Taysha Seeks to Overturn Natural History Trends With Rett Syndrome Gene Therapy in Dual Phase 1/2 REVEAL Studies
The REVEAL adolescent and adult trial and the separate phase 1/2 REVEAL Pediatric Study are both evaluating the gene therapy TSHA-102 in Rett syndrome populations.
Taysha Gene Therapies’ TSHA-102, an investigational adeno-associated virus (AAV) vector-based gene therapy, is currently being evaluated for the treatment of Rett syndromein both the phase 1/2 REVEAL adolescent and adult clinical trial (NCT05606614) and the separate phase 1/2 REVEAL Pediatric Study clinical trial (NCT06152237).1 In honor of Rett Syndrome Awareness Month, which is observed annually in the month of October by the patient and clinician communities, CGTLive® has decided to take a look at the 2 trials evaluating this novel therapy.
TSHA-102, which is administered intrathecally (IT), delivers a copy of miniMECP2, a truncated version of the disease-targeted MECP2 gene, via an AAV9 vector.2,3 The gene therapy product also incorporates use of the company's novel miRNA-Responsive Auto-Regulatory Element (miRARE) platform, which is intended to enable regulation of cellular expression for both endogenous and exogenous MECP2.

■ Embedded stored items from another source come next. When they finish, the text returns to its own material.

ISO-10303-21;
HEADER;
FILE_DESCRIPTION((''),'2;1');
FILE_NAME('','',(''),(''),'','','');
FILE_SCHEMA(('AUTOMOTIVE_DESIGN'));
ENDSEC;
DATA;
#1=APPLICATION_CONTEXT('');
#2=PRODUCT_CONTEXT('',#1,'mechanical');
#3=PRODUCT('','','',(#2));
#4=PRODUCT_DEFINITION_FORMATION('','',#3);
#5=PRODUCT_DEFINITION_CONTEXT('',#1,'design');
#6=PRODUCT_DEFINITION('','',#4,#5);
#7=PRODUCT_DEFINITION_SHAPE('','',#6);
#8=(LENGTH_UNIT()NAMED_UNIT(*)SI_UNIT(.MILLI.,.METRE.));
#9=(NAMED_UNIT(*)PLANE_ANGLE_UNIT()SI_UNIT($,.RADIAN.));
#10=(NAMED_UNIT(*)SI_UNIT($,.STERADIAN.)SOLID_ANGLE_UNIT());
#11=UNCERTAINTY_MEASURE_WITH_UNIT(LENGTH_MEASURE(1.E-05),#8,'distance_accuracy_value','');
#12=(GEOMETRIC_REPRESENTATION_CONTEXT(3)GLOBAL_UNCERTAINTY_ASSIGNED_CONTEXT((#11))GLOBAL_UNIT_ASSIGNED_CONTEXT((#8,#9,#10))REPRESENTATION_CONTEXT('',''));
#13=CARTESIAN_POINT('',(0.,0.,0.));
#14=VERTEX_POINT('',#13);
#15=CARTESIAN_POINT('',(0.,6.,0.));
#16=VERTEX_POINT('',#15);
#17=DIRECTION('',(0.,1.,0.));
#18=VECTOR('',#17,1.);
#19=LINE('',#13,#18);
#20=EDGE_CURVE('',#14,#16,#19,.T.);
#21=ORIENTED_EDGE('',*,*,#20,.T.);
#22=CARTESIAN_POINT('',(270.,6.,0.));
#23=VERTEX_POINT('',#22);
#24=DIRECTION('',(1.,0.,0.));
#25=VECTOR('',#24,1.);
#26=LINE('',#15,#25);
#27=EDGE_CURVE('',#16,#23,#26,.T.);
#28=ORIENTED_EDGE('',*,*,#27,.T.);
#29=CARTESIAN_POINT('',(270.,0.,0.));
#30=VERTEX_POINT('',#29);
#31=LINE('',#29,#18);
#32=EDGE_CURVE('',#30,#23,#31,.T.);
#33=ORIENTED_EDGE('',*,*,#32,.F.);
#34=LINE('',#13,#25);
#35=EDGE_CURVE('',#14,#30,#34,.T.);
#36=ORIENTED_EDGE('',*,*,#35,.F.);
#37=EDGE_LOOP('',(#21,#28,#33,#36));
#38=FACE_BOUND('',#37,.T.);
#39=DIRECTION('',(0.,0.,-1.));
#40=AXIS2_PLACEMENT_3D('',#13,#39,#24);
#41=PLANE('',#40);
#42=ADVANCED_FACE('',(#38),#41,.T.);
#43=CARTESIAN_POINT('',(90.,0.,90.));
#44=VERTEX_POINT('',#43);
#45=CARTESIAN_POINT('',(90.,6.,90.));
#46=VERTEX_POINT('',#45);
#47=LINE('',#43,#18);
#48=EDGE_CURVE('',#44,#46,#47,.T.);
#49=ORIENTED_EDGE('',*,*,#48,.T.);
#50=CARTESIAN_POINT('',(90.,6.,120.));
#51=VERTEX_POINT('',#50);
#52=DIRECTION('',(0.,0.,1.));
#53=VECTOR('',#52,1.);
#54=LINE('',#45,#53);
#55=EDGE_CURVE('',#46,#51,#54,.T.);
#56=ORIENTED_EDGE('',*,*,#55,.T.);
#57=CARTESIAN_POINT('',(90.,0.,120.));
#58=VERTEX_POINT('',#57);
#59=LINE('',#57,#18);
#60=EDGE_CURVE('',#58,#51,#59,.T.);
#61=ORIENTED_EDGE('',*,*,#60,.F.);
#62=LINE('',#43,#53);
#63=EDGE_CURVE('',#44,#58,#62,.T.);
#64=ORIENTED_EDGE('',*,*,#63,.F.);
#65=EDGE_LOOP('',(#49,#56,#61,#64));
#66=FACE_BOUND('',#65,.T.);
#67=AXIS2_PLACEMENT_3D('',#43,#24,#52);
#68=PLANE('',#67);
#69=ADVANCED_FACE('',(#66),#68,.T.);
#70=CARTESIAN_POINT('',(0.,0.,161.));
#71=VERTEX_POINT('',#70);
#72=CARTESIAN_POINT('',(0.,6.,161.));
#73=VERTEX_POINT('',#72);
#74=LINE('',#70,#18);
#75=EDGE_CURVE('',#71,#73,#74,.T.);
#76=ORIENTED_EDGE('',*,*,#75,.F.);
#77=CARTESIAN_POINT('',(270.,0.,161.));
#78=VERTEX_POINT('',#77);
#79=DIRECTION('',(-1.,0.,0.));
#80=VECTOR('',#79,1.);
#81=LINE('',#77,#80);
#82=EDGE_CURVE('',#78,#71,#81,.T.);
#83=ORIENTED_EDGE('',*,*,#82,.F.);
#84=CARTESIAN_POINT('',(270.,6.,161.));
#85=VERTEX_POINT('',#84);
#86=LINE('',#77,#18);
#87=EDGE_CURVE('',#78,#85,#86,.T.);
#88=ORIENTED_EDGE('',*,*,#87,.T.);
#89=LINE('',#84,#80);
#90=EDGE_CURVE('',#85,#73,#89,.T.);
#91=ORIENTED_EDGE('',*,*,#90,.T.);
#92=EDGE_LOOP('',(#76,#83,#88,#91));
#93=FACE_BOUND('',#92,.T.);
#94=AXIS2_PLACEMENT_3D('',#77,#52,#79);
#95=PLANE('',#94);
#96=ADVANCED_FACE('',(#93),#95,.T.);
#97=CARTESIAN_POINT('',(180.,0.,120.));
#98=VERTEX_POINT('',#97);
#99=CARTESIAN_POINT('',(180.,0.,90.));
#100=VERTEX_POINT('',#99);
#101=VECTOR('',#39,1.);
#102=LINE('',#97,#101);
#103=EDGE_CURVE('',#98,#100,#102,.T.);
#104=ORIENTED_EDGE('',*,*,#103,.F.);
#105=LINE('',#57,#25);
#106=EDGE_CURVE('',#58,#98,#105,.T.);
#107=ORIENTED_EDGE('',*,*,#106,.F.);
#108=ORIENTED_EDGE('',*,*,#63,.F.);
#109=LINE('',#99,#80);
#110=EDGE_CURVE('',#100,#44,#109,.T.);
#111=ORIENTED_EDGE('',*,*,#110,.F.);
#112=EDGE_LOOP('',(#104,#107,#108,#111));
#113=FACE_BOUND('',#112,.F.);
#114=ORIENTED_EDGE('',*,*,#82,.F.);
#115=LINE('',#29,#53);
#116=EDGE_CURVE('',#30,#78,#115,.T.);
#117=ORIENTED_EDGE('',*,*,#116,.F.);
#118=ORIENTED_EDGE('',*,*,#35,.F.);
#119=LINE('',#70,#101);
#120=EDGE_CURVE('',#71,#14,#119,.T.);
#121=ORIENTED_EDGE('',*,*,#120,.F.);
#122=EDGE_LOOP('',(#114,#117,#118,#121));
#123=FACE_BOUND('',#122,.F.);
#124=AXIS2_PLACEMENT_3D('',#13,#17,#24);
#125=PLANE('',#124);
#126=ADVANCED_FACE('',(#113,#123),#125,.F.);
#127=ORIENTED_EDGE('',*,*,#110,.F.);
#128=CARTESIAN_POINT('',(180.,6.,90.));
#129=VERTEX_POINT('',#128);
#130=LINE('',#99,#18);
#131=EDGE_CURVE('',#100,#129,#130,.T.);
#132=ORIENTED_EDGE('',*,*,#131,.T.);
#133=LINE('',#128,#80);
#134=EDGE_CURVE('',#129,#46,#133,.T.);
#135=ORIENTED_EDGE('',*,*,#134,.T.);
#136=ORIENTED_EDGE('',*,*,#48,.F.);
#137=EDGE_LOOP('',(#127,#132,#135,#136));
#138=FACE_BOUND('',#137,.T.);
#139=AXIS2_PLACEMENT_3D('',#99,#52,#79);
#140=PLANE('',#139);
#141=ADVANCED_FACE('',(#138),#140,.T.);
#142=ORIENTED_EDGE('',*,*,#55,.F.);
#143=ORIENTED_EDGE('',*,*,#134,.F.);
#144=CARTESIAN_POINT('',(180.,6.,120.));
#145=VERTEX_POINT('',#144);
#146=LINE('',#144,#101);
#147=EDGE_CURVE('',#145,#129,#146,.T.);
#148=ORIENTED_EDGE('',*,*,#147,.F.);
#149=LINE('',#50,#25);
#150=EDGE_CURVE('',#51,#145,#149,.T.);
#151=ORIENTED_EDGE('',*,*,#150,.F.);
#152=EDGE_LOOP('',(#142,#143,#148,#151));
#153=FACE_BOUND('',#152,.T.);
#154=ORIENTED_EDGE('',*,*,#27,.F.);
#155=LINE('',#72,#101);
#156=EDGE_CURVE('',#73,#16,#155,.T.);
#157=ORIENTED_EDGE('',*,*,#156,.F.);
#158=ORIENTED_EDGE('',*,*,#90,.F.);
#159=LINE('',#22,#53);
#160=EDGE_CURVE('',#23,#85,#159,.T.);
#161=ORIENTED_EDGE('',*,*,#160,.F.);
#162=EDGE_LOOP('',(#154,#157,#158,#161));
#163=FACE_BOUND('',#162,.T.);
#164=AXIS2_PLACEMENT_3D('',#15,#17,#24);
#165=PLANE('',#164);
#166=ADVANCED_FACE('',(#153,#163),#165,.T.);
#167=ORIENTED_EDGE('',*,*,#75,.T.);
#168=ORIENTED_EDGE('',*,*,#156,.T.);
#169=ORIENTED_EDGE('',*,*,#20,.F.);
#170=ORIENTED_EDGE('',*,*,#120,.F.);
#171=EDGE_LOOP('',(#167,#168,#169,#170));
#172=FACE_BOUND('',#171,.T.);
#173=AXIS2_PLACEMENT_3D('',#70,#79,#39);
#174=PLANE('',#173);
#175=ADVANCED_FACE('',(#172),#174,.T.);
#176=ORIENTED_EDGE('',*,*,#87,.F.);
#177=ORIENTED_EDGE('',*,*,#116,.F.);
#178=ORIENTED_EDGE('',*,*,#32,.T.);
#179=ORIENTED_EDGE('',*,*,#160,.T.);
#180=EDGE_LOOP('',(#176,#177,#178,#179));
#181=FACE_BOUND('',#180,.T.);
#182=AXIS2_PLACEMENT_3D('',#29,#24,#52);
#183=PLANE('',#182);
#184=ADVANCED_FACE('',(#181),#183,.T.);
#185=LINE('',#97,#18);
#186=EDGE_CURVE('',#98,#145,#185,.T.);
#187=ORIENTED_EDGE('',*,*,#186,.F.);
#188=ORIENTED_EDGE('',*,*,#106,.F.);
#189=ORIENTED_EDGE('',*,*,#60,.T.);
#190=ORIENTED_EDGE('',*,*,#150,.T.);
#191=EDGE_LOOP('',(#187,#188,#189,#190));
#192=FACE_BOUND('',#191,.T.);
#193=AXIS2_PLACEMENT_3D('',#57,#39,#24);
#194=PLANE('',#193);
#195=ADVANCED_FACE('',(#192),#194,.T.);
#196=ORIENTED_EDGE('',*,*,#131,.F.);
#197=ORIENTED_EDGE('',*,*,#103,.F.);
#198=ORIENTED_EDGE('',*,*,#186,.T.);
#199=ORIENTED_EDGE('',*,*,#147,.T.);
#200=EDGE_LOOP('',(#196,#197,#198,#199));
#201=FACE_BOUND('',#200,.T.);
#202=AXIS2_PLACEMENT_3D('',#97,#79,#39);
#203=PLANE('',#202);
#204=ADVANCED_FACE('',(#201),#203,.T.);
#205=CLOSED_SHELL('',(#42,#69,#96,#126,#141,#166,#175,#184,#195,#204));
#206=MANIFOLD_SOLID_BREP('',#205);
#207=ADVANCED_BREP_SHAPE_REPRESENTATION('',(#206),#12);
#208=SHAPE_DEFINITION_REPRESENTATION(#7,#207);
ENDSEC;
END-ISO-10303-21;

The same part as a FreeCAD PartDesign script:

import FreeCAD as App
import Part
import Sketcher

V = App.Vector
Q = App.Units.Quantity


def add_polygon(sketch, points):
    """Adds a closed chain of lines whose ends are joined by coincident constraints."""
    first, n = sketch.GeometryCount, len(points)
    for a, b in zip(points, points[1:] + points[:1]):
        sketch.addGeometry(Part.LineSegment(App.Vector(*a, 0), App.Vector(*b, 0)), False)
    for i in range(n):
        sketch.addConstraint(Sketcher.Constraint("Coincident", first + i, 2, first + (i + 1) % n, 1))

doc = App.newDocument("Part")
body = doc.addObject("PartDesign::Body", "Body")

# Sketch on XZ plane
sketch1 = doc.addObject("Sketcher::SketchObject", "Sketch")
body.addObject(sketch1)
sketch1.AttachmentSupport = (doc.XZ_Plane, [""])
sketch1.MapMode = "FlatFace"
add_polygon(sketch1, [(270, 0), (0, 0), (0, 161), (270, 161)])  # lines 0-3
sketch1.addConstraint([
    Sketcher.Constraint("Horizontal", 0),
    Sketcher.Constraint("Vertical", 1),
    Sketcher.Constraint("Horizontal", 2),
    Sketcher.Constraint("Vertical", 3),
    Sketcher.Constraint("Coincident", 0, 2, -1, 1),
    Sketcher.Constraint("DistanceX", 0, 2, 0, 1, Q("270 mm")),
    Sketcher.Constraint("DistanceY", 1, 1, 1, 2, Q("161 mm")),
])
pad1 = doc.addObject("PartDesign::Pad", "Pad")
body.addObject(pad1)
pad1.Profile = sketch1
pad1.Length = 6
pad1.Reversed = True

# Sketch on XZ plane
sketch2 = doc.addObject("Sketcher::SketchObject", "Sketch001")
body.addObject(sketch2)
sketch2.AttachmentSupport = (doc.XZ_Plane, [""])
sketch2.MapMode = "FlatFace"
add_polygon(sketch2, [(180, 120), (90, 120), (90, 90), (180, 90)])  # lines 0-3
sketch2.addConstraint([
    Sketcher.Constraint("Horizontal", 0),
    Sketcher.Constraint("Vertical", 1),
    Sketcher.Constraint("Horizontal", 2),
    Sketcher.Constraint("Vertical", 3),
    Sketcher.Constraint("DistanceX", 0, 2, 0, 1, Q("90 mm")),
    Sketcher.Constraint("DistanceY", 1, 2, 1, 1, Q("30 mm")),
    Sketcher.Constraint("DistanceX", -1, 1, 0, 2, Q("90 mm")),
    Sketcher.Constraint("DistanceY", -1, 1, 1, 2, Q("90 mm")),
])
pocket1 = doc.addObject("PartDesign::Pocket", "Pocket")
body.addObject(pocket1)
pocket1.Profile = sketch2
pocket1.Length = 6

doc.recompute()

REVEAL Adolescent and Adult Clinical Trial
The REVEAL adolescent and adult trial was initiated on March 6, 2023, and takes the form of a dose escalation and dose expansion study. The trial is expected to enroll approximately 18 patients in total and includes 2 dose level cohorts. Meredith Schultz, MD, MS, the chief medical officer of Taysha Gene Therapies, is serving as the study director. According to the clinicaltrials.gov page, which was most recently updated on October 8, 2024, the REVEAL adolescent and adult is currently recruiting at locations in Quebec, Canada and Chicago, Illinois. Additional locations in La Jolla, California; Boston, Massachusetts; Sain Paul, Minnesota; and Dallas, Texas are listed as not yet recruiting.
The trial’s primary end points include the proportions of participants who experience any treatment-emergent adverse events (TEAEs) and serious AEs; and the change in a patients’ statuseson the Clinical Global Impressions-Improvement (CGI-I) scale as adapted to Rett syndrome, the Revised Motor Behavior Assessment (R-MBA), and the Rett Syndrome Hand Function Scale (RSHFS). All of these end points will be assessed from baseline to 52 weeks posttreatment.
Secondary end points for the study include the change in patients' statuses on the CGI-I scale, seizure frequency, adaptive behavior as measured via Vineland-3, as well as quantitative EEG findings with visual evoked potentials and quantitative EEG findings with auditory evoked potentials. All these secondary end points will also be assessed from baseline to 52 weeks posttreatment.
The study is open to women and girls aged 12 years and older who have been clinically diagnosed with classical/typical Rett syndrome with a loss-of-function mutation in the gene for the methyl-CpG-binding protein 2 (MECP2). Patients who have another neurodevelopmental disorder unrelated to the MECP2 mutation or any other genetic syndrome with a progressive course; patients with atypical Rett syndrome; patients with a history of neurological problems resulting from brain injury; and patients who had grossly abnormal psychomotor development prior to reaching 6 months of age will be excluded from participation. Additional criteria for exclusion are a need for invasive ventilatory support; unwillingness to receive blood products for AE treatment if needed; contraindications to the IT or lumbar puncture administration procedure, including contraindication to any medications needed for the procedure; and uncontrolled seizures or status epilepticus in the 3 months before being enrolled.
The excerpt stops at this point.